Yo no podía mirarlo; no quería hacerlo, no quería mirar esos rasgos vigorosos y puros que parecían tallados en piedra, esos ojos grandes, azules.

-Y cuando tenía miedo, me echaba en tus brazos para que calmaras mis temores.

-¿Cuándo os casaréis tú y Ruth? -pregunté.

-Algún día. ¿Cómo lo sabes, Simón? Pero tú lo sabes todo, es verdad. Algún día; cuando mejoren las cosas.

-No van a mejorar.

-Si, van a mejorar, Simón; van a mejorar. Ya lo verás.

Permanecimos un instante en silencio, tumbados en la hierba, yo con la mirada perdida, pero Judas con los ojos fijos en la encrucijada de caminos que desde el otro lado del valle conducían a la llanura de la costa.

-¿Cómo se hace la guerra? -preguntó de pronto.

-¿Qué?

-¿Cómo se hace la guerra?

-Qué pregunta tan rara...

-Es lo único que me he estado preguntando –murmuró Judas-.

Me lo estoy preguntando todos los días y todas las noches. ¿Cómo se hace la guerra? ¿Por qué no me contestas? ¿Cómo se hace la guerra?

Había que contestarle. Ya fueran sus hermanos, sus sirvientes, o sus partidarios, nadie podía mantener con él las mismas relaciones que otros hombres mantienen entre sí. Judas los absorbía, se apoderaba de ellos, los dejaba pendientes de sus palabras como si las palabras mismas fueran seres.

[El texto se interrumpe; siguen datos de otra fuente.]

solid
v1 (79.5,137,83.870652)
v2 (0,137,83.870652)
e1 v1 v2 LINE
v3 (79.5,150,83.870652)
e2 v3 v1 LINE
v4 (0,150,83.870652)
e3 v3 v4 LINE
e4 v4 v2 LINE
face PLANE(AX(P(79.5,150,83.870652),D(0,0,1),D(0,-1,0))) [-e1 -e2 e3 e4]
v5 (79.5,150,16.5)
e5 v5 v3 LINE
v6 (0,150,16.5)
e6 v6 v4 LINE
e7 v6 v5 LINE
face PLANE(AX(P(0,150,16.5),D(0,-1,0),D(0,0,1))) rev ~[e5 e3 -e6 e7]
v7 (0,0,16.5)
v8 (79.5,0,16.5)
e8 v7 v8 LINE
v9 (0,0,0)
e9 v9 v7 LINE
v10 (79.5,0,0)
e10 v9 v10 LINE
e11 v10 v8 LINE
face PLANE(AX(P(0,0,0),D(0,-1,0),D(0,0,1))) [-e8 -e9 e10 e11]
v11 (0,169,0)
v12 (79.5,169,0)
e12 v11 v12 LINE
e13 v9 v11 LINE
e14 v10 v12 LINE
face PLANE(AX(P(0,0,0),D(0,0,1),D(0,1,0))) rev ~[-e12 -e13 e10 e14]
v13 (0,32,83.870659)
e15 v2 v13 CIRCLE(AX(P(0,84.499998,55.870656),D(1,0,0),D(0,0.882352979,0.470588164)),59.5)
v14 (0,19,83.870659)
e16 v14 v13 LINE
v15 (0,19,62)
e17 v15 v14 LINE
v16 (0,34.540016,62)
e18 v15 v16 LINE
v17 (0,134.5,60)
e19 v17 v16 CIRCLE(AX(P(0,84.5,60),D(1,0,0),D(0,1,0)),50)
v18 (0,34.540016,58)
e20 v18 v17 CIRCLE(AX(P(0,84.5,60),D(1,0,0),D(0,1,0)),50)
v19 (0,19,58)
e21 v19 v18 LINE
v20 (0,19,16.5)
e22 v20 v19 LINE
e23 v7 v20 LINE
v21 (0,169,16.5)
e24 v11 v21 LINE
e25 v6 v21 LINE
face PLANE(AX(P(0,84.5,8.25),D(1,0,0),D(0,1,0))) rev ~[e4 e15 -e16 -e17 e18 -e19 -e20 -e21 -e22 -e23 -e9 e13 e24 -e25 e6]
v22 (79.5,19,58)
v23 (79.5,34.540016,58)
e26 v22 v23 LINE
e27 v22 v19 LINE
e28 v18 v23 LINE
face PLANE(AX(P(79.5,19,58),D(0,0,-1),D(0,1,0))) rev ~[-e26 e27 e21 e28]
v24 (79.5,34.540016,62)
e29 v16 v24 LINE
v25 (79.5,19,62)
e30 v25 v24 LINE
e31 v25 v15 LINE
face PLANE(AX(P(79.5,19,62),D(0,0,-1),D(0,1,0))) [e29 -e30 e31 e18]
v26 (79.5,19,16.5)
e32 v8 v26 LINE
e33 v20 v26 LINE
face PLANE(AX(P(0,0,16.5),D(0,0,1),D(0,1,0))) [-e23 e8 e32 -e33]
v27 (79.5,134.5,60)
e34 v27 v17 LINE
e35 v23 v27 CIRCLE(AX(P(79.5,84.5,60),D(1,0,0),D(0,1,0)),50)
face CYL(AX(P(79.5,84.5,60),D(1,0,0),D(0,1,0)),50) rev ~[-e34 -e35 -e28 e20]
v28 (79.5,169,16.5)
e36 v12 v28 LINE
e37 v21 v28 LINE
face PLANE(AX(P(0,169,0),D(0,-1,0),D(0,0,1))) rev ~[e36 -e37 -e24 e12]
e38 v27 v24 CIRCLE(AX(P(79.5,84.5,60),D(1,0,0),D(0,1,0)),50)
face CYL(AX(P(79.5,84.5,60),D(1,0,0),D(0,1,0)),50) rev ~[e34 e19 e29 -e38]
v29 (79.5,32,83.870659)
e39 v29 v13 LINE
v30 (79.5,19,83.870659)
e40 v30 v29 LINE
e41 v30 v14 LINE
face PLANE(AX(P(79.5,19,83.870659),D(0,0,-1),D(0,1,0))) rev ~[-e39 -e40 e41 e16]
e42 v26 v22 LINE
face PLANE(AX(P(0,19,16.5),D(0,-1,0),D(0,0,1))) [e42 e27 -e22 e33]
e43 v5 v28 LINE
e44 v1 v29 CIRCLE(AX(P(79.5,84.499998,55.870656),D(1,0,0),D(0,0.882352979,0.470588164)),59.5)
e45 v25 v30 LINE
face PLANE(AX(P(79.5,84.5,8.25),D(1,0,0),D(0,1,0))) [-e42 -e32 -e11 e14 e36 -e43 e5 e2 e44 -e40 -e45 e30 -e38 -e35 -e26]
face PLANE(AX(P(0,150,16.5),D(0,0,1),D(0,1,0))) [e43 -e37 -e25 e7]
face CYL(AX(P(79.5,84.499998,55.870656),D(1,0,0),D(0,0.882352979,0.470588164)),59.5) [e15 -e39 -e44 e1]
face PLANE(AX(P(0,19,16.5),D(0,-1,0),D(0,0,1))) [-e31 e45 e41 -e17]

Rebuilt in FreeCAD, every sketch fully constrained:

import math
import FreeCAD as App
import Part
import Sketcher
Q = App.Units.Quantity


def add_polygon(sketch, points):
    """Adds a closed chain of lines whose ends are joined by coincident constraints."""
    first, n = sketch.GeometryCount, len(points)
    for a, b in zip(points, points[1:] + points[:1]):
        sketch.addGeometry(Part.LineSegment(App.Vector(*a, 0), App.Vector(*b, 0)), False)
    for i in range(n):
        sketch.addConstraint(Sketcher.Constraint("Coincident", first + i, 2, first + (i + 1) % n, 1))

doc = App.newDocument("Part")
body = doc.addObject("PartDesign::Body", "Body")

# Sketch on YZ plane
sketch1 = body.newObject("Sketcher::SketchObject", "Sketch")
sketch1.AttachmentSupport = (doc.getObject("YZ_Plane"), [""])
sketch1.MapMode = "FlatFace"
add_polygon(sketch1, [(0, 16), (0, 0), (169, 0), (169, 16), (150, 16), (150, 166), (19, 166), (19, 16)])  # lines 0-7
sketch1.addConstraint(Sketcher.Constraint("Vertical", 0))
sketch1.addConstraint(Sketcher.Constraint("Horizontal", 1))
sketch1.addConstraint(Sketcher.Constraint("Vertical", 2))
sketch1.addConstraint(Sketcher.Constraint("Horizontal", 3))
sketch1.addConstraint(Sketcher.Constraint("Vertical", 4))
sketch1.addConstraint(Sketcher.Constraint("Horizontal", 5))
sketch1.addConstraint(Sketcher.Constraint("Vertical", 6))
sketch1.addConstraint(Sketcher.Constraint("Horizontal", 7))
sketch1.addConstraint(Sketcher.Constraint("Coincident", 0, 2, -1, 1))
sketch1.addConstraint(Sketcher.Constraint("Horizontal", 3, 2, 6, 2))
sketch1.addConstraint(Sketcher.Constraint("Equal", 3, 7))
sketch1.addConstraint(Sketcher.Constraint("DistanceX", 1, 1, 1, 2, Q("169 mm")))
sketch1.addConstraint(Sketcher.Constraint("DistanceX", 3, 2, 3, 1, Q("19 mm")))
sketch1.addConstraint(Sketcher.Constraint("DistanceY", 4, 1, 4, 2, Q("150 mm")))
sketch1.addConstraint(Sketcher.Constraint("DistanceY", 0, 2, 0, 1, Q("16.5 mm")))
pad1 = body.newObject("PartDesign::Pad", "Pad")
pad1.Profile = sketch1
pad1.Length = 79.5

# Sketch on YZ plane
sketch2 = body.newObject("Sketcher::SketchObject", "Sketch001")
sketch2.AttachmentSupport = (doc.getObject("YZ_Plane"), [""])
sketch2.MapMode = "FlatFace"
sketch2.AttachmentOffset = App.Placement(App.Vector(0, 0, 79.5), App.Rotation())
sketch2.addGeometry(Part.Circle(App.Vector(84, 60, 0), App.Vector(0, 0, 1), 50), False)
sketch2.addConstraint(Sketcher.Constraint("Diameter", 0, Q("100 mm")))
sketch2.addConstraint(Sketcher.Constraint("DistanceY", -1, 1, 0, 3, Q("60 mm")))
sketch2.addConstraint(Sketcher.Constraint("DistanceX", -1, 1, 0, 3, Q("84.5 mm")))
pocket1 = body.newObject("PartDesign::Pocket", "Pocket")
pocket1.Profile = sketch2
pocket1.Type = "ThroughAll"

# Sketch on YZ plane
sketch3 = body.newObject("Sketcher::SketchObject", "Sketch002")
sketch3.AttachmentSupport = (doc.getObject("YZ_Plane"), [""])
sketch3.MapMode = "FlatFace"
sketch3.AttachmentOffset = App.Placement(App.Vector(0, 0, 79.5), App.Rotation())
sketch3.addGeometry(Part.LineSegment(App.Vector(19, 84, 0), App.Vector(32, 84, 0)), False)
sketch3.addGeometry(Part.ArcOfCircle(Part.Circle(App.Vector(84, 56, 0), App.Vector(0, 0, 1), 59), math.radians(28), math.radians(152)), False)
sketch3.addGeometry(Part.LineSegment(App.Vector(137, 84, 0), App.Vector(150, 84, 0)), False)
sketch3.addGeometry(Part.LineSegment(App.Vector(150, 84, 0), App.Vector(184, 184, 0)), False)
sketch3.addGeometry(Part.LineSegment(App.Vector(184, 184, 0), App.Vector(-16, 180, 0)), False)
sketch3.addGeometry(Part.LineSegment(App.Vector(-16, 180, 0), App.Vector(19, 84, 0)), False)
sketch3.addConstraint(Sketcher.Constraint("Coincident", 0, 2, 1, 2))
sketch3.addConstraint(Sketcher.Constraint("Coincident", 1, 1, 2, 1))
sketch3.addConstraint(Sketcher.Constraint("Coincident", 2, 2, 3, 1))
sketch3.addConstraint(Sketcher.Constraint("Coincident", 3, 2, 4, 1))
sketch3.addConstraint(Sketcher.Constraint("Coincident", 4, 2, 5, 1))
sketch3.addConstraint(Sketcher.Constraint("Coincident", 5, 2, 0, 1))
sketch3.addConstraint(Sketcher.Constraint("Horizontal", 0))
sketch3.addConstraint(Sketcher.Constraint("Horizontal", 2))
sketch3.addConstraint(Sketcher.Constraint("Equal", 0, 2))
sketch3.addConstraint(Sketcher.Constraint("Radius", 1, Q("59.5 mm")))
sketch3.addConstraint(Sketcher.Constraint("DistanceX", 0, 1, 0, 2, Q("13 mm")))
sketch3.addConstraint(Sketcher.Constraint("DistanceX", -1, 1, 0, 2, Q("32 mm")))
sketch3.addConstraint(Sketcher.Constraint("DistanceX", -1, 1, 1, 1, Q("137 mm")))
sketch3.addConstraint(Sketcher.Constraint("DistanceX", -1, 1, 1, 3, Q("84.499998 mm")))
sketch3.addConstraint(Sketcher.Constraint("Distance", 4, Q("199.415931 mm")))
sketch3.addConstraint(Sketcher.Constraint("DistanceY", -1, 1, 0, 2, Q("83.870659 mm")))
sketch3.addConstraint(Sketcher.Constraint("DistanceX", -1, 1, 3, 2, Q("183.643631 mm")))
sketch3.addConstraint(Sketcher.Constraint("DistanceX", 4, 2, -1, 1, Q("15.737751 mm")))
sketch3.addConstraint(Sketcher.Constraint("DistanceY", -1, 1, 4, 2, Q("179.863068 mm")))
pocket2 = body.newObject("PartDesign::Pocket", "Pocket001")
pocket2.Profile = sketch3
pocket2.Type = "ThroughAll"

# Sketch on YZ plane
sketch4 = body.newObject("Sketcher::SketchObject", "Sketch003")
sketch4.AttachmentSupport = (doc.getObject("YZ_Plane"), [""])
sketch4.MapMode = "FlatFace"
sketch4.AttachmentOffset = App.Placement(App.Vector(0, 0, 79.5), App.Rotation())
add_polygon(sketch4, [(19, 62), (19, 58), (49, 58), (49, 62)])  # lines 0-3
sketch4.addConstraint(Sketcher.Constraint("Vertical", 0))
sketch4.addConstraint(Sketcher.Constraint("Horizontal", 1))
sketch4.addConstraint(Sketcher.Constraint("Vertical", 2))
sketch4.addConstraint(Sketcher.Constraint("Horizontal", 3))
sketch4.addConstraint(Sketcher.Constraint("DistanceX", 1, 1, 1, 2, Q("30 mm")))
sketch4.addConstraint(Sketcher.Constraint("DistanceY", 0, 2, 0, 1, Q("4 mm")))
sketch4.addConstraint(Sketcher.Constraint("DistanceX", -1, 1, 0, 2, Q("19 mm")))
sketch4.addConstraint(Sketcher.Constraint("DistanceY", -1, 1, 0, 2, Q("58 mm")))
pocket3 = body.newObject("PartDesign::Pocket", "Pocket002")
pocket3.Profile = sketch4
pocket3.Type = "ThroughAll"

doc.recompute()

-¿Cómo se hace la guerra? -repetí-. Con armas; con ejércitos...

-Con ejércitos -asintió Judas-. Y los ejércitos son de mercenarios, siempre mercenarios. Hombres alquilados... La humanidad, en todo el mundo, está dividida en tres grupos.

Se tendió de espaldas, con los brazos separados, y fijó la vista en el cielo, en ese cielo azul de Judea en el que las nubes, tenues y vaporosas, avanzan y retroceden desmenuzándose como el lino fresco del telar.

-Tres grupos -continuó Judas suavemente-; los esclavos, los que poseen los esclavos y los mercenarios, los que se alquilan para matar, para asesinar; se ofrecen a Grecia, a Egipto o a Siria; o a Roma, ese nuevo amo de occidente. A Roma, Simón, ya lo has oído; y Roma los hace ciudadanos y les paga menos. Pero siempre han sido lo mismo: mercenarios...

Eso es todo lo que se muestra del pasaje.